The next day, Cu Bin submits his assignment: "My house has a fish. The fish lives in water, so it has a lot of scales. If it lived on land, it would probably have a lot of fur, and with that much fur, there must be lice. Let me now describe the louse: ..."


9. Wall Newspaper Joke for November 20th - Joke #2
1. Who Discovered America?
During a geography class, the teacher calls on Hà:
- Can you point to where America is on the map?
- Here, teacher! – Hà points to the map.
- Well done! Now, Bi, can you tell me who discovered America?
- It was Hà, teacher.
2. The Properties of Gold
During a chemistry class, the teacher talks about the properties of gold.
- Aside from its obvious properties like its shiny appearance, good heat and electricity conduction, can anyone tell me what other chemical properties gold has?
Noticing Tũn nodding off, the teacher calls him up:
- Tũn, what other properties does gold have?
- Uh, gold is also volatile, teacher.
- Are you sure?
- Yes, I’m sure. If you don’t believe me, just leave a piece of gold outside on the street and see.
- !!!
3. The Right Way to Take a Test
In the classroom:
- Teacher: Ánh Hồng, come up and present your assignment!

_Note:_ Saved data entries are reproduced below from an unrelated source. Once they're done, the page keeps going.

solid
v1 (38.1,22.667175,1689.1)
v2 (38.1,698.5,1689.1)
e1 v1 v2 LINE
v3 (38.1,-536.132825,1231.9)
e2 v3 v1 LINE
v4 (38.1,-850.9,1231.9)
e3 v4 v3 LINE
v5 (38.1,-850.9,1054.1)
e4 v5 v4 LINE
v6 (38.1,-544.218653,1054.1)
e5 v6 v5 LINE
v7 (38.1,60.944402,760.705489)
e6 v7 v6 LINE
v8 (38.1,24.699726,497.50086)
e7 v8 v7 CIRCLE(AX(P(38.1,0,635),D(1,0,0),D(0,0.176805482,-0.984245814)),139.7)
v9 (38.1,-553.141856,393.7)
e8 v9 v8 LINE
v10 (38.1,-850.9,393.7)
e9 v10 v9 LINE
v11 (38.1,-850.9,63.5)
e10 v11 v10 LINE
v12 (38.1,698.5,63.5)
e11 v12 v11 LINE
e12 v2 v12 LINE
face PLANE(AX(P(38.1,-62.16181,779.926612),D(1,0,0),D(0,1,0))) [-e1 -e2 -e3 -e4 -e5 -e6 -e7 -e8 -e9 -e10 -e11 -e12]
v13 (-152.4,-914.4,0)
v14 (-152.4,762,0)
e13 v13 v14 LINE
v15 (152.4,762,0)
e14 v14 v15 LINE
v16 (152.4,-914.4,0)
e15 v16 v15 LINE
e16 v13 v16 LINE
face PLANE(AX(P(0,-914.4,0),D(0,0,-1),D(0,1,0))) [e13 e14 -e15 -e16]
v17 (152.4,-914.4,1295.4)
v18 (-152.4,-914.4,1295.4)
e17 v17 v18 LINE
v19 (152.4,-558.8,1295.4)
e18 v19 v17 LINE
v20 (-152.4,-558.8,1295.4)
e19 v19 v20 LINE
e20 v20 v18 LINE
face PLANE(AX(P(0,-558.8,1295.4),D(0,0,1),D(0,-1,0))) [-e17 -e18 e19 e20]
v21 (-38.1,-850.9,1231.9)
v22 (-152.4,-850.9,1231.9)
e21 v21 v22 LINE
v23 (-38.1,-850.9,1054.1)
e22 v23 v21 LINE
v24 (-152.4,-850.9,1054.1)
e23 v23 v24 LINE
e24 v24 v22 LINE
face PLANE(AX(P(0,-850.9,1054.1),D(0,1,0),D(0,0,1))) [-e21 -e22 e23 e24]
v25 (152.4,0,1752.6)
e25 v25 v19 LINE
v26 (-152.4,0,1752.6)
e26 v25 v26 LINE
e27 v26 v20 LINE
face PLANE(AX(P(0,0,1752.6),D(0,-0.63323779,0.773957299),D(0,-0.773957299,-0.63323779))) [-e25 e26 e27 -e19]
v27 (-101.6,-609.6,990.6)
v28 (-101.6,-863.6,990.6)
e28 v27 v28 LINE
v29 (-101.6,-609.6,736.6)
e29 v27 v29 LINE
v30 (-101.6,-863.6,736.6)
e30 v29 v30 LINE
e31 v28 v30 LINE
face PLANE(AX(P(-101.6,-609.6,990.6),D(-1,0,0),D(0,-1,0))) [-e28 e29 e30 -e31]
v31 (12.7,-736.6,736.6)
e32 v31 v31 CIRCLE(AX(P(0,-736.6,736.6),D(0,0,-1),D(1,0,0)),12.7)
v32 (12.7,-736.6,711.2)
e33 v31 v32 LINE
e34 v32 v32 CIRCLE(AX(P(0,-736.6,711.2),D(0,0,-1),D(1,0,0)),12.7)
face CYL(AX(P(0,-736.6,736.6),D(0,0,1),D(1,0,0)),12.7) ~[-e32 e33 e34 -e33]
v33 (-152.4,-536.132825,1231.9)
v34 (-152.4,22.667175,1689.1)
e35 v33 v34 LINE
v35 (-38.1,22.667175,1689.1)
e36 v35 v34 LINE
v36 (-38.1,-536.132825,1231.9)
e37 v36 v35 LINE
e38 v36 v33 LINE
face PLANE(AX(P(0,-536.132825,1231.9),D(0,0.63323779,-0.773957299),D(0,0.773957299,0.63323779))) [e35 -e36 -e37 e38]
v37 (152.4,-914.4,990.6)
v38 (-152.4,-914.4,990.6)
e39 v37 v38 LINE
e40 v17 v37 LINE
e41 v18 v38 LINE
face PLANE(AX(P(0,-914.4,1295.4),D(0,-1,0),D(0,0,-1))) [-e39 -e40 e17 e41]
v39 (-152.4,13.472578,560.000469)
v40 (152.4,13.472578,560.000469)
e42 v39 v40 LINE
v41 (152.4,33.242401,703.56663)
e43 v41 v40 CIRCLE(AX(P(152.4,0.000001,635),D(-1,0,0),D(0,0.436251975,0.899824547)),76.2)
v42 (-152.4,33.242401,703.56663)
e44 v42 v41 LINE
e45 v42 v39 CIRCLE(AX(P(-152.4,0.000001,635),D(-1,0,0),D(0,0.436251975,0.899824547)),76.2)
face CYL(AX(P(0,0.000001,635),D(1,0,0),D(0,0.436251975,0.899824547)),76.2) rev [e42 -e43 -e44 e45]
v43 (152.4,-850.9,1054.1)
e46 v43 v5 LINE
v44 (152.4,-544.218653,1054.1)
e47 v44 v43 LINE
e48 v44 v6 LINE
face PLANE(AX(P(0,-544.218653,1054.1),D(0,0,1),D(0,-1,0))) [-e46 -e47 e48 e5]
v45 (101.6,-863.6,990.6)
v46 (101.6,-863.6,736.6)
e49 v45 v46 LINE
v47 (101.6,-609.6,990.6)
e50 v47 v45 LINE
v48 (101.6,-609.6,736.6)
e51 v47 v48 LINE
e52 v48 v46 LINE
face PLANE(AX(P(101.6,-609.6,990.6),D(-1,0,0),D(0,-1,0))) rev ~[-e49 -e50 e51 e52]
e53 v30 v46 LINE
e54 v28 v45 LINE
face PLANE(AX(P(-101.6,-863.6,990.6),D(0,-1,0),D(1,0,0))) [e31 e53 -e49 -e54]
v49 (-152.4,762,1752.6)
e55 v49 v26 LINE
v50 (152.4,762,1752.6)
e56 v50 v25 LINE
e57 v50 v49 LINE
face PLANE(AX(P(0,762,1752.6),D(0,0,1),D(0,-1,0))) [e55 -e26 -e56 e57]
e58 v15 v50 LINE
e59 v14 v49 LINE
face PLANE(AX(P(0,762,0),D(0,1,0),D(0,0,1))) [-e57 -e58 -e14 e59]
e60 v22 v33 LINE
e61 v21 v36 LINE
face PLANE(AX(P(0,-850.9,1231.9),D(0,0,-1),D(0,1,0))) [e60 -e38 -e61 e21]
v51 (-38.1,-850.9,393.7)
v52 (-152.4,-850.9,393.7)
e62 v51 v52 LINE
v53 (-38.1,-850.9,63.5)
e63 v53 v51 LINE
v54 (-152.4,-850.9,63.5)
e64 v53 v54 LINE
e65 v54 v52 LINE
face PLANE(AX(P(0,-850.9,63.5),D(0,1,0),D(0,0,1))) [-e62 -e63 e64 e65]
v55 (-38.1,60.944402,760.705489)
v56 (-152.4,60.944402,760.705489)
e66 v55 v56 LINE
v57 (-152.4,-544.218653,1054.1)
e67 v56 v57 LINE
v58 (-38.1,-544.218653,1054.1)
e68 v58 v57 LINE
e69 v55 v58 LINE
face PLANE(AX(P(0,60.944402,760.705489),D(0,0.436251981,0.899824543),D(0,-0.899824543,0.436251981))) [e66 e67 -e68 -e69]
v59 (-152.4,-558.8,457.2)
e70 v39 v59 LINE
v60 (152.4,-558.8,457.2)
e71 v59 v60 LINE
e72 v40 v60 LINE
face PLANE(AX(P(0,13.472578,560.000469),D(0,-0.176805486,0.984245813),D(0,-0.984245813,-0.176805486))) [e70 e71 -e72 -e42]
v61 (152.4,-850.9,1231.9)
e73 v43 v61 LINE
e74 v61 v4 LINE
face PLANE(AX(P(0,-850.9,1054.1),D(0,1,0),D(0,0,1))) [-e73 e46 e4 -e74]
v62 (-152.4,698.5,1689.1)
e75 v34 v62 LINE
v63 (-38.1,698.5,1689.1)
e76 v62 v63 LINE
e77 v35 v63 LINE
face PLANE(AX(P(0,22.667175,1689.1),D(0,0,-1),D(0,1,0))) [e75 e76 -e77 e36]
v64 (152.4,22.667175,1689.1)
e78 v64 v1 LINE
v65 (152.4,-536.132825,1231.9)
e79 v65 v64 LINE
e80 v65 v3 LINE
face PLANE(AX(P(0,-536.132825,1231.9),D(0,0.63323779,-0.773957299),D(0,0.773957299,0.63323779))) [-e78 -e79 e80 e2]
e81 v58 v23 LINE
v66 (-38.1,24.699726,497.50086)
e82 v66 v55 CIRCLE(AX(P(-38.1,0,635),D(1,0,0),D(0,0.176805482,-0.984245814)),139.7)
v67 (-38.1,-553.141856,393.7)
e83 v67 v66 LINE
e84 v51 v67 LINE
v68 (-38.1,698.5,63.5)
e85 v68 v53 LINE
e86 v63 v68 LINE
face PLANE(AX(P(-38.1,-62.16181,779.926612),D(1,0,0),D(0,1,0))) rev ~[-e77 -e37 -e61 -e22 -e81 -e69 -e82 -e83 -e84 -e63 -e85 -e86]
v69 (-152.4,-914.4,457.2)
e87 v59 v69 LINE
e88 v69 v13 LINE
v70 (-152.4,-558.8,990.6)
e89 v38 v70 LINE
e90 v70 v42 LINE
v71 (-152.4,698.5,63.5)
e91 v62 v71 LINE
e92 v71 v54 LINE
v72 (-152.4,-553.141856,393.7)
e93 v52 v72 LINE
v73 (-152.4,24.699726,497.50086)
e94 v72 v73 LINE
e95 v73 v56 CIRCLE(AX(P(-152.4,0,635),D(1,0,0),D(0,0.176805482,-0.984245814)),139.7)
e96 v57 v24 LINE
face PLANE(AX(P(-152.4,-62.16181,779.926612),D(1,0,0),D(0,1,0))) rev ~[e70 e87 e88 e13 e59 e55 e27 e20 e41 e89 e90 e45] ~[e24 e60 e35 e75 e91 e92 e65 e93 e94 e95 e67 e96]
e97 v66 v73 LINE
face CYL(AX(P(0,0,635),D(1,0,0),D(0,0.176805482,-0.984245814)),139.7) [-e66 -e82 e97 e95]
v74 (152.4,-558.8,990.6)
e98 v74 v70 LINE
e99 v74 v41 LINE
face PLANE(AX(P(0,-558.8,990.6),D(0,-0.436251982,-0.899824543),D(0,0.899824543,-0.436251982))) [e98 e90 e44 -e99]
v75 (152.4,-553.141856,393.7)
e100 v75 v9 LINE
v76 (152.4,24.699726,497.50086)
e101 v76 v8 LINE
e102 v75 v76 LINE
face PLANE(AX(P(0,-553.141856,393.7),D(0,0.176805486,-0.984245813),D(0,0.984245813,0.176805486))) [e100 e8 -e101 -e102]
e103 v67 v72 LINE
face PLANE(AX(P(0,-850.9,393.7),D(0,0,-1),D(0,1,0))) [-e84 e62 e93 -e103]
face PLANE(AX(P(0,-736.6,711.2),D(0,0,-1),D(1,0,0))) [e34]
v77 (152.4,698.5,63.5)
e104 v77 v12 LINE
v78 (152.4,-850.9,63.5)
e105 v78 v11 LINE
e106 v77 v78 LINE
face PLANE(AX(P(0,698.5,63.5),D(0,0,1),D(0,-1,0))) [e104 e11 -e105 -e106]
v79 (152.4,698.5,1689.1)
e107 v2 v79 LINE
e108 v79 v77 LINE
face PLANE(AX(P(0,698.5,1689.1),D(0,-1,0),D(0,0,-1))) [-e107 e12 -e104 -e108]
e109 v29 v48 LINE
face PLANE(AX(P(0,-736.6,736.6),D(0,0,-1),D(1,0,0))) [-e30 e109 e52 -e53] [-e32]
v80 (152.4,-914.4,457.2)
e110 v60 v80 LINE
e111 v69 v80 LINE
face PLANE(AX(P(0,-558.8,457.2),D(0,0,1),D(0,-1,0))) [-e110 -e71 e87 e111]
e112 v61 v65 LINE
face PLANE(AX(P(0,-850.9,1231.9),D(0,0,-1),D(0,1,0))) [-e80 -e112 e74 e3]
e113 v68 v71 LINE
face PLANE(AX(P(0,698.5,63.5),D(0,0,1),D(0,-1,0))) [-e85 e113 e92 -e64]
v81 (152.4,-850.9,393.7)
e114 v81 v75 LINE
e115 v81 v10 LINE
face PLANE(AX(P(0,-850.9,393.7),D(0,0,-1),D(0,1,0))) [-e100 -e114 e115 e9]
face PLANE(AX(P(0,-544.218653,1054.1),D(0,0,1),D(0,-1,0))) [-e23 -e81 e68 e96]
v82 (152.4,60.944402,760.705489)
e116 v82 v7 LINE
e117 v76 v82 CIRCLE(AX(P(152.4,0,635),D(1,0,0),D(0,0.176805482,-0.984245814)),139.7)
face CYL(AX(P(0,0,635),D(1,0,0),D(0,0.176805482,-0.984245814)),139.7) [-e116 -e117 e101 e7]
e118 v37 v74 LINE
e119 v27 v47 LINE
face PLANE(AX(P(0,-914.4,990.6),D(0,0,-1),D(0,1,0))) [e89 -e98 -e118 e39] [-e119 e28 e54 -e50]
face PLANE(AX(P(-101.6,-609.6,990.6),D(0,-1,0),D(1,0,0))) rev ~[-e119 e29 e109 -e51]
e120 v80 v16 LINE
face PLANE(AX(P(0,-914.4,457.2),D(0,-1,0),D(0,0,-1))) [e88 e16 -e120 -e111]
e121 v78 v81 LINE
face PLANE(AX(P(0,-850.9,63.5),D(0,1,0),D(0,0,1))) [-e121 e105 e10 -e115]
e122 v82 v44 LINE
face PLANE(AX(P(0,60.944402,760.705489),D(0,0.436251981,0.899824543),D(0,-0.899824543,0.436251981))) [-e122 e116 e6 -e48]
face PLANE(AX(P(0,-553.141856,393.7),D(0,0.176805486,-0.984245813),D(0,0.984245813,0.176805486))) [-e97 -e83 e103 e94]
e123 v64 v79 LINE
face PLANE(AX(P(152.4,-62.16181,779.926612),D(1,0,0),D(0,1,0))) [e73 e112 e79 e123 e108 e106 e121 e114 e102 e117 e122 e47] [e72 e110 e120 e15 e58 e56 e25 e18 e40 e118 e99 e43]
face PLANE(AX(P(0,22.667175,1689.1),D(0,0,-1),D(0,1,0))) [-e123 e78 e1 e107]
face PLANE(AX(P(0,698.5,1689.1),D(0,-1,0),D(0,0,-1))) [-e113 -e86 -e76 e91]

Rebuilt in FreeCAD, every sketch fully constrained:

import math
import FreeCAD as App
import Part
import Sketcher
from FreeCAD import Vector
Q = App.Units.Quantity


def add_polygon(sketch, points):
    """Adds a closed chain of lines whose ends are joined by coincident constraints."""
    first, n = sketch.GeometryCount, len(points)
    for a, b in zip(points, points[1:] + points[:1]):
        sketch.addGeometry(Part.LineSegment(App.Vector(*a, 0), App.Vector(*b, 0)), False)
    for i in range(n):
        sketch.addConstraint(Sketcher.Constraint("Coincident", first + i, 2, first + (i + 1) % n, 1))

doc = App.newDocument("Part")
body = doc.addObject("PartDesign::Body", "Body")

# Sketch on YZ plane
sketch1 = body.newObject("Sketcher::SketchObject", "Sketch")
sketch1.AttachmentSupport = (doc.getObject("YZ_Plane"), [""])
sketch1.MapMode = "FlatFace"
sketch1.addGeometry(Part.ArcOfCircle(Part.Circle(Vector(0.000001, 635, 0), Vector(0, 0, 1), 76.2), math.radians(-79.816257), math.radians(64.135014)), False)
sketch1.addGeometry(Part.LineSegment(Vector(13.472578, 560.000469, 0), Vector(-558.8, 457.2, 0)), False)
sketch1.addGeometry(Part.LineSegment(Vector(-558.8, 457.2, 0), Vector(-914.4, 457.2, 0)), False)
sketch1.addGeometry(Part.LineSegment(Vector(-914.4, 457.2, 0), Vector(-914.4, 0, 0)), False)
sketch1.addGeometry(Part.LineSegment(Vector(-914.4, 0, 0), Vector(762, 0, 0)), False)
sketch1.addGeometry(Part.LineSegment(Vector(762, 0, 0), Vector(762, 1752.6, 0)), False)
sketch1.addGeometry(Part.LineSegment(Vector(762, 1752.6, 0), Vector(0, 1752.6, 0)), False)
sketch1.addGeometry(Part.LineSegment(Vector(0, 1752.6, 0), Vector(-558.8, 1295.4, 0)), False)
sketch1.addGeometry(Part.LineSegment(Vector(-558.8, 1295.4, 0), Vector(-914.4, 1295.4, 0)), False)
sketch1.addGeometry(Part.LineSegment(Vector(-914.4, 1295.4, 0), Vector(-914.4, 990.6, 0)), False)
sketch1.addGeometry(Part.LineSegment(Vector(-914.4, 990.6, 0), Vector(-558.8, 990.6, 0)), False)
sketch1.addGeometry(Part.LineSegment(Vector(-558.8, 990.6, 0), Vector(33.242401, 703.56663, 0)), False)
sketch1.addConstraint(Sketcher.Constraint("Tangent", 0, 1, 1, 1))
sketch1.addConstraint(Sketcher.Constraint("Coincident", 1, 2, 2, 1))
sketch1.addConstraint(Sketcher.Constraint("Coincident", 2, 2, 3, 1))
sketch1.addConstraint(Sketcher.Constraint("Coincident", 3, 2, 4, 1))
sketch1.addConstraint(Sketcher.Constraint("Coincident", 4, 2, 5, 1))
sketch1.addConstraint(Sketcher.Constraint("Coincident", 5, 2, 6, 1))
sketch1.addConstraint(Sketcher.Constraint("Coincident", 6, 2, 7, 1))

- Hồng: Sorry, teacher, I haven’t memorized it yet!
- Teacher: Why not?
- Hồng: Well, today you told us to prepare for a written test.
- Teacher: Oh my…


10. Wall Newspaper Joke for November 20th - Joke #3
1. Who Was the First?
In a competition, the judge asks the question: 'Who was the first Vietnamese to travel to space?'
Re… eeng! Re… eeng!
The contestant answers: 'It was the first astronaut, teacher!'
The judge responds:
- Wrong! It was Uncle Cuội who flew to the moon and has been sitting by the banyan tree for ages!
2. The Thief of the Magic Crossbow
During a lesson, the teacher notices Long dozing off and asks him:
- Teacher: Can you tell me who stole An Dương Vương's magic crossbow?
- Long: Sorry teacher, I… I didn’t take it!
- Teacher: What are you saying? Stay there! Class leader, answer the question for me!
- Class Leader: Teacher… teacher, it wasn't me either, and no one in the class took it. Just check the bags, you'll see!
- Teacher: ???
3. Evaporation
In a chemistry class...
- Teacher: Can anyone tell me what happens to a piece of iron and a large copper plate left outside in the open air?
Meanwhile, Quỳnh is dozing off.
- Teacher: Quỳnh! Wake up and answer now!
- Quỳnh: Teacher, they’ll evaporate because of the hands of the scrap collectors!